◆ **Input data**
----
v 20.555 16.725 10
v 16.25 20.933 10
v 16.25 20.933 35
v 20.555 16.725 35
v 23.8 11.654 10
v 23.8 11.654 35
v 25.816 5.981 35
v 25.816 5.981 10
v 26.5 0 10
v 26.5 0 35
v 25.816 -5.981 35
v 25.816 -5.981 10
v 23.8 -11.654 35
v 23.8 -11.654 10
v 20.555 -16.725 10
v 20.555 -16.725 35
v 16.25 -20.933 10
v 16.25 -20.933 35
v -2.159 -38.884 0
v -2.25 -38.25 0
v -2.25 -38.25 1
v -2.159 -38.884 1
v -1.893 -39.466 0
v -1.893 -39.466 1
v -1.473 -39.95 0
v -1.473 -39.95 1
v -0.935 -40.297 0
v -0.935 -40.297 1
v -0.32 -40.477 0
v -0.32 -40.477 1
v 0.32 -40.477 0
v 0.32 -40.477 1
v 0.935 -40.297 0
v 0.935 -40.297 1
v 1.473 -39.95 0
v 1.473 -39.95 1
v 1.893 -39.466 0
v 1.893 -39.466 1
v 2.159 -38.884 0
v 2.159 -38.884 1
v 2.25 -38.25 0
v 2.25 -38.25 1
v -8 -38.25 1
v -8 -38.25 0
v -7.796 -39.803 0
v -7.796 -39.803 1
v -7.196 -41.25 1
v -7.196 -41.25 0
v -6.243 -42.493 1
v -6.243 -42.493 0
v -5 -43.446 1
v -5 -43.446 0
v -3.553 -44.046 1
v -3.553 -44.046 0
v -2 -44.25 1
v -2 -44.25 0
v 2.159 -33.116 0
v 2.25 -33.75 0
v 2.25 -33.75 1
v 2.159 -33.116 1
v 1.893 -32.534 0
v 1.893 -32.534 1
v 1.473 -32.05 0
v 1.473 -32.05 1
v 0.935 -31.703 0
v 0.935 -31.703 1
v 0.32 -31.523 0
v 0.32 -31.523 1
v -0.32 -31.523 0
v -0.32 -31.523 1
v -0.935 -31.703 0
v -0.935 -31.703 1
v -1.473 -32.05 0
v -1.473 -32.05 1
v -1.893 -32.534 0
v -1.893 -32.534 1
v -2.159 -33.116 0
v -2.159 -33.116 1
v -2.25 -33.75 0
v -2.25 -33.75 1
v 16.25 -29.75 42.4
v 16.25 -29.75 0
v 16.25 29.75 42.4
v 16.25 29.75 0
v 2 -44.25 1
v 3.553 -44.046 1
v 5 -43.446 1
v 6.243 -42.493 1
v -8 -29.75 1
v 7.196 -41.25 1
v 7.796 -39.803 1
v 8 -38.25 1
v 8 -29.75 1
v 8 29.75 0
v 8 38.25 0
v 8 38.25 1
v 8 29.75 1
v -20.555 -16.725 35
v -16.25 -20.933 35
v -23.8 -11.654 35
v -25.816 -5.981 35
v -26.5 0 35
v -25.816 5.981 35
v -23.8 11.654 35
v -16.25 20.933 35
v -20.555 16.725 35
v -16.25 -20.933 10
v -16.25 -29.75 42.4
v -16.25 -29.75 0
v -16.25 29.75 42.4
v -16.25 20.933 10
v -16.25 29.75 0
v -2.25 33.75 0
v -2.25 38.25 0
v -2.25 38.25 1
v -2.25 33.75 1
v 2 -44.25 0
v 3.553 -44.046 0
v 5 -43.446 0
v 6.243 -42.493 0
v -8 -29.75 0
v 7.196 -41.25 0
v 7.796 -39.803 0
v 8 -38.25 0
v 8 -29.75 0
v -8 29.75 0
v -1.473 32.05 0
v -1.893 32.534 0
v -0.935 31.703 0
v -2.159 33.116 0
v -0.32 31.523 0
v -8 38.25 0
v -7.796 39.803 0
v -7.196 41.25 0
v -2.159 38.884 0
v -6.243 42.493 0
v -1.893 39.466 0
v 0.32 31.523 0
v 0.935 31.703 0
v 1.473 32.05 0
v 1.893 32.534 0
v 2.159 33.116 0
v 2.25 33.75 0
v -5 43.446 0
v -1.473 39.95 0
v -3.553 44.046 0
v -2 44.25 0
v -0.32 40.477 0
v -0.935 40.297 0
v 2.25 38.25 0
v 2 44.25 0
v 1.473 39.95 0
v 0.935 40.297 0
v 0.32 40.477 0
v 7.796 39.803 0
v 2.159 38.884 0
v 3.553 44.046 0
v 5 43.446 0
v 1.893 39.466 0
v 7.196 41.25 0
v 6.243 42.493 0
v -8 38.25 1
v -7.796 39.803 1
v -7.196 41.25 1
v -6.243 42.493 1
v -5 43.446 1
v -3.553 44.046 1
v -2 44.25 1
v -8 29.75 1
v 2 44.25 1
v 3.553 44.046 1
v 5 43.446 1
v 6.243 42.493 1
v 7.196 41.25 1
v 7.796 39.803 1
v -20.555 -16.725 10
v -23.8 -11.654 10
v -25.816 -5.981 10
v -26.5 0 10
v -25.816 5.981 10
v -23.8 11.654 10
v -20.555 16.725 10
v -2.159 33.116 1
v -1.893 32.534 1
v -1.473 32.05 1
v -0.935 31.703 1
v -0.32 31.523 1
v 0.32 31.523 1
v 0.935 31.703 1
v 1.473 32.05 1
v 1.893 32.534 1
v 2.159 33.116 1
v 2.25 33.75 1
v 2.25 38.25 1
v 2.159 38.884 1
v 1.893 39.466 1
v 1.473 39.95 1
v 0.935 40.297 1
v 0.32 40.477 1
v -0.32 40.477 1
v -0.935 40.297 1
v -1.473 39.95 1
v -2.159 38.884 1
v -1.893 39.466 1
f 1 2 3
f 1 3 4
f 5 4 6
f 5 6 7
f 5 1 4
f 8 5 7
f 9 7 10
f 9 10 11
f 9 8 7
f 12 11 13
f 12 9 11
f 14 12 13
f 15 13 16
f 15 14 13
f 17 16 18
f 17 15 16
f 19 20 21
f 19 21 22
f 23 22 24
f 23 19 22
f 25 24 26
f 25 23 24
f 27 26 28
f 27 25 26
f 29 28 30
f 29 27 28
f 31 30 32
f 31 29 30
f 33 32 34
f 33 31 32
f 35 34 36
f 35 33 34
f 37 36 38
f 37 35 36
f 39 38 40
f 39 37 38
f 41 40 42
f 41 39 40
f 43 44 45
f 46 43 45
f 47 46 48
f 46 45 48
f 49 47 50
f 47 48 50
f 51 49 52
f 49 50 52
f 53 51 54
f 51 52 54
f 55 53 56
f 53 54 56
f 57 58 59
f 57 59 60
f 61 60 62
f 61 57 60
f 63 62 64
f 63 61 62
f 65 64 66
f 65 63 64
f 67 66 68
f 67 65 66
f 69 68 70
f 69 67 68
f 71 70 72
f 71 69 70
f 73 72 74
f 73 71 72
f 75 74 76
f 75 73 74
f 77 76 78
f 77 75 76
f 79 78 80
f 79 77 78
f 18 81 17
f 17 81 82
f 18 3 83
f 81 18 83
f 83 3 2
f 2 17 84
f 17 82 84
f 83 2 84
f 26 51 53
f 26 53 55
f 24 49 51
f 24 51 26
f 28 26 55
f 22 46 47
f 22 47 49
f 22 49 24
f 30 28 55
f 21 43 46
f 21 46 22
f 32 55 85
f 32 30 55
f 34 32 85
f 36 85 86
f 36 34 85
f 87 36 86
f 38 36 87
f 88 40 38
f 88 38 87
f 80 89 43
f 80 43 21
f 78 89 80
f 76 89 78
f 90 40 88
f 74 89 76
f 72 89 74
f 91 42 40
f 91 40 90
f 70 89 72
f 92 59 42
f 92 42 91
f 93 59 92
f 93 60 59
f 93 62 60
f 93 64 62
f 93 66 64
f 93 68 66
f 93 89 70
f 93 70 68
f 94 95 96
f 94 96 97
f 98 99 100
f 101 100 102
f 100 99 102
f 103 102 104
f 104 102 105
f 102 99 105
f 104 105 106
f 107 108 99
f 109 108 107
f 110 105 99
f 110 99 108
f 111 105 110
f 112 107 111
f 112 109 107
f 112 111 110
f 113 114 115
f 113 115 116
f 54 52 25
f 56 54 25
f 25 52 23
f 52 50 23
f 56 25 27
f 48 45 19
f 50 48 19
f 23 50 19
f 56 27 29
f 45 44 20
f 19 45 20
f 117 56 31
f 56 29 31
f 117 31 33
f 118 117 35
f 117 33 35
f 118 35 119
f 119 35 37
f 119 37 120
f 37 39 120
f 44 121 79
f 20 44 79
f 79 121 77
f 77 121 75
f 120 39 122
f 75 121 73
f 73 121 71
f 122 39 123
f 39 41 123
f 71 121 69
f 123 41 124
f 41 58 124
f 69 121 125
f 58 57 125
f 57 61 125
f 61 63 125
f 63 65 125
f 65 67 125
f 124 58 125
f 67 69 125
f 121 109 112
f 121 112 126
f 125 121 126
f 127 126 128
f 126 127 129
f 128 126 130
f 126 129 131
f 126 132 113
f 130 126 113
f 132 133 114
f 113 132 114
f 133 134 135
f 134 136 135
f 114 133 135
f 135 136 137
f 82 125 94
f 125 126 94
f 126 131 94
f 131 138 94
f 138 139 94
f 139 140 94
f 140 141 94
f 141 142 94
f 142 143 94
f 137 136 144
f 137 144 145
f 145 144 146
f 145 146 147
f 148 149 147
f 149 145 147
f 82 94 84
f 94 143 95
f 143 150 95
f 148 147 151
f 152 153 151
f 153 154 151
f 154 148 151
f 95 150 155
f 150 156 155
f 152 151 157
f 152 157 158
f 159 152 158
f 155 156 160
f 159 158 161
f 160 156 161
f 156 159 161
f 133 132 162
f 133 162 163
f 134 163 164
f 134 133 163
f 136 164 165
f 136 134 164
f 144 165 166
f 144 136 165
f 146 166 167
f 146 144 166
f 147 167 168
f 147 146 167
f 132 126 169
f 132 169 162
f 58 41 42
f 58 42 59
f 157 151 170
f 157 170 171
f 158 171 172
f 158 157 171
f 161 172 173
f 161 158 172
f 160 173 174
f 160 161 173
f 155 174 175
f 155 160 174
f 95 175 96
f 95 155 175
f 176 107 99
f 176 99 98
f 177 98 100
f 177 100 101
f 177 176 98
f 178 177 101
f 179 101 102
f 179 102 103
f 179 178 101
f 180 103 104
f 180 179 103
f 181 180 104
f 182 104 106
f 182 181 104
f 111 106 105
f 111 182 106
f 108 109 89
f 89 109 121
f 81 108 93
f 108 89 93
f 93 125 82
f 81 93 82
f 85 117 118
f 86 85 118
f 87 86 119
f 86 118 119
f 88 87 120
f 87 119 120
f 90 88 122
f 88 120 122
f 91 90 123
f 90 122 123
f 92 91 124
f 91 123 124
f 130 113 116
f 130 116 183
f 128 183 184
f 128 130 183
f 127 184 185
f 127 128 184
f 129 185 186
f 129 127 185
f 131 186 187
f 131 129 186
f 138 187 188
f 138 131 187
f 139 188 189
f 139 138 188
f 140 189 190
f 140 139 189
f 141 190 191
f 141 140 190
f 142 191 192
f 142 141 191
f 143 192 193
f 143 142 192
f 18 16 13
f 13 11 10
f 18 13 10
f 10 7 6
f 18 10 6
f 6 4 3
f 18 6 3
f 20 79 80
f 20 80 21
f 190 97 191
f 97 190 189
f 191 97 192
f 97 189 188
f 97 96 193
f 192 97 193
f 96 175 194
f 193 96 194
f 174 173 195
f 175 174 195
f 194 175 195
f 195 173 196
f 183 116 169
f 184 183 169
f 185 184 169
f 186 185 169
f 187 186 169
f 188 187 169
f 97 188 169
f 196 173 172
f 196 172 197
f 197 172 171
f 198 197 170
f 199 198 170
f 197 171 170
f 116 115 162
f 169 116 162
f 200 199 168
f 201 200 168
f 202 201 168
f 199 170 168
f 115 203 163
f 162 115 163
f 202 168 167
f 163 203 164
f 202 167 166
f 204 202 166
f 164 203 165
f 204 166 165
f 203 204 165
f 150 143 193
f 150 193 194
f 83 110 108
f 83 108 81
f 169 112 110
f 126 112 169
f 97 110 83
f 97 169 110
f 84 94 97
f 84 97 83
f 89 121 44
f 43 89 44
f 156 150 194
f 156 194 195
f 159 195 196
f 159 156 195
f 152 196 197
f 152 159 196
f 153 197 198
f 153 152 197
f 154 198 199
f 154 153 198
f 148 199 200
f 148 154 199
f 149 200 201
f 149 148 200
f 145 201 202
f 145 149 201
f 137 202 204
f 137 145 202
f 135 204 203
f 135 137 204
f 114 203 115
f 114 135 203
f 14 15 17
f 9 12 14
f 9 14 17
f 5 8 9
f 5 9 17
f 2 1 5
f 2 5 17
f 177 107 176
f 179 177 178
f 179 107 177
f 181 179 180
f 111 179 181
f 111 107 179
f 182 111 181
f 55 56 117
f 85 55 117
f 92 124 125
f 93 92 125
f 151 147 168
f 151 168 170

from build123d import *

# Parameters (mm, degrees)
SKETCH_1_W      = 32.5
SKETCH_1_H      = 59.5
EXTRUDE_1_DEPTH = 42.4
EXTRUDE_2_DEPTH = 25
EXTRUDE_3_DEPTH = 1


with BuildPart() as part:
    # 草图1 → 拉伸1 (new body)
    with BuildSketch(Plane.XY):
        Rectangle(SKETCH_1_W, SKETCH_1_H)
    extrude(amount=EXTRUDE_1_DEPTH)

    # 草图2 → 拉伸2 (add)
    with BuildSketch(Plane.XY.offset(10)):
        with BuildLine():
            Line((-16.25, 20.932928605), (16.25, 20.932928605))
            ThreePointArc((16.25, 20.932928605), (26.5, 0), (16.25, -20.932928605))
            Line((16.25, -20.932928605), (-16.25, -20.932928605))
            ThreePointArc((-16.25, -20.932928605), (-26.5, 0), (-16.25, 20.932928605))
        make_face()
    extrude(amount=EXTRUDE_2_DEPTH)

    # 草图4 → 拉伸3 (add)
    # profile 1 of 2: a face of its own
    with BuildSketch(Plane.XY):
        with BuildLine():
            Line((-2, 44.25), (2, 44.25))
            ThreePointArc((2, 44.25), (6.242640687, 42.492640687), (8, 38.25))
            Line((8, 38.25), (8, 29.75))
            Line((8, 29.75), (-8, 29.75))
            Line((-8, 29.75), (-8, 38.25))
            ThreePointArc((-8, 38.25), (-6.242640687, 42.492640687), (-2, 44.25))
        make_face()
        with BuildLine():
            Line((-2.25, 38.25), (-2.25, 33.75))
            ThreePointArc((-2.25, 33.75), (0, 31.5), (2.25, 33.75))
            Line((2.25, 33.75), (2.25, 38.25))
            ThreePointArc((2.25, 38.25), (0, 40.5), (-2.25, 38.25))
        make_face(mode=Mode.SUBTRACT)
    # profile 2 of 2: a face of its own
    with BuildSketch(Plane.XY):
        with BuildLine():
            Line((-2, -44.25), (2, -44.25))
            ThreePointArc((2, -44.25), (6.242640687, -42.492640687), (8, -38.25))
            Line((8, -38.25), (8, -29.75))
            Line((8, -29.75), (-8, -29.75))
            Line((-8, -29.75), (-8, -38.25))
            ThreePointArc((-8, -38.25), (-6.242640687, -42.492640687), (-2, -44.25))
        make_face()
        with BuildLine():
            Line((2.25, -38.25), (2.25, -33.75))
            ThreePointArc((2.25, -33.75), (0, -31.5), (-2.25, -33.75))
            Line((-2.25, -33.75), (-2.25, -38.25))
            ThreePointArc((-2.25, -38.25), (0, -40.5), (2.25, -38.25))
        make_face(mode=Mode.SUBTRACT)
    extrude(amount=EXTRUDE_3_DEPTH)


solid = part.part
----
◆ **Your objective**
When you reach the line in the material above that holds "v -7.796 39.803 1", begin reproducing lines exactly, and stop after the line that holds "f 117 56 31".

◆ **Answer box**
v -7.796 39.803 1
v -7.196 41.25 1
v -6.243 42.493 1
v -5 43.446 1
v -3.553 44.046 1
v -2 44.25 1
v -8 29.75 1
v 2 44.25 1
v 3.553 44.046 1
v 5 43.446 1
v 6.243 42.493 1
v 7.196 41.25 1
v 7.796 39.803 1
v -20.555 -16.725 10
v -23.8 -11.654 10
v -25.816 -5.981 10
v -26.5 0 10
v -25.816 5.981 10
v -23.8 11.654 10
v -20.555 16.725 10
v -2.159 33.116 1
v -1.893 32.534 1
v -1.473 32.05 1
v -0.935 31.703 1
v -0.32 31.523 1
v 0.32 31.523 1
v 0.935 31.703 1
v 1.473 32.05 1
v 1.893 32.534 1
v 2.159 33.116 1
v 2.25 33.75 1
v 2.25 38.25 1
v 2.159 38.884 1
v 1.893 39.466 1
v 1.473 39.95 1
v 0.935 40.297 1
v 0.32 40.477 1
v -0.32 40.477 1
v -0.935 40.297 1
v -1.473 39.95 1
v -2.159 38.884 1
v -1.893 39.466 1
f 1 2 3
f 1 3 4
f 5 4 6
f 5 6 7
f 5 1 4
f 8 5 7
f 9 7 10
f 9 10 11
f 9 8 7
f 12 11 13
f 12 9 11
f 14 12 13
f 15 13 16
f 15 14 13
f 17 16 18
f 17 15 16
f 19 20 21
f 19 21 22
f 23 22 24
f 23 19 22
f 25 24 26
f 25 23 24
f 27 26 28
f 27 25 26
f 29 28 30
f 29 27 28
f 31 30 32
f 31 29 30
f 33 32 34
f 33 31 32
f 35 34 36
f 35 33 34
f 37 36 38
f 37 35 36
f 39 38 40
f 39 37 38
f 41 40 42
f 41 39 40
f 43 44 45
f 46 43 45
f 47 46 48
f 46 45 48
f 49 47 50
f 47 48 50
f 51 49 52
f 49 50 52
f 53 51 54
f 51 52 54
f 55 53 56
f 53 54 56
f 57 58 59
f 57 59 60
f 61 60 62
f 61 57 60
f 63 62 64
f 63 61 62
f 65 64 66
f 65 63 64
f 67 66 68
f 67 65 66
f 69 68 70
f 69 67 68
f 71 70 72
f 71 69 70
f 73 72 74
f 73 71 72
f 75 74 76
f 75 73 74
f 77 76 78
f 77 75 76
f 79 78 80
f 79 77 78
f 18 81 17
f 17 81 82
f 18 3 83
f 81 18 83
f 83 3 2
f 2 17 84
f 17 82 84
f 83 2 84
f 26 51 53
f 26 53 55
f 24 49 51
f 24 51 26
f 28 26 55
f 22 46 47
f 22 47 49
f 22 49 24
f 30 28 55
f 21 43 46
f 21 46 22
f 32 55 85
f 32 30 55
f 34 32 85
f 36 85 86
f 36 34 85
f 87 36 86
f 38 36 87
f 88 40 38
f 88 38 87
f 80 89 43
f 80 43 21
f 78 89 80
f 76 89 78
f 90 40 88
f 74 89 76
f 72 89 74
f 91 42 40
f 91 40 90
f 70 89 72
f 92 59 42
f 92 42 91
f 93 59 92
f 93 60 59
f 93 62 60
f 93 64 62
f 93 66 64
f 93 68 66
f 93 89 70
f 93 70 68
f 94 95 96
f 94 96 97
f 98 99 100
f 101 100 102
f 100 99 102
f 103 102 104
f 104 102 105
f 102 99 105
f 104 105 106
f 107 108 99
f 109 108 107
f 110 105 99
f 110 99 108
f 111 105 110
f 112 107 111
f 112 109 107
f 112 111 110
f 113 114 115
f 113 115 116
f 54 52 25
f 56 54 25
f 25 52 23
f 52 50 23
f 56 25 27
f 48 45 19
f 50 48 19
f 23 50 19
f 56 27 29
f 45 44 20
f 19 45 20
f 117 56 31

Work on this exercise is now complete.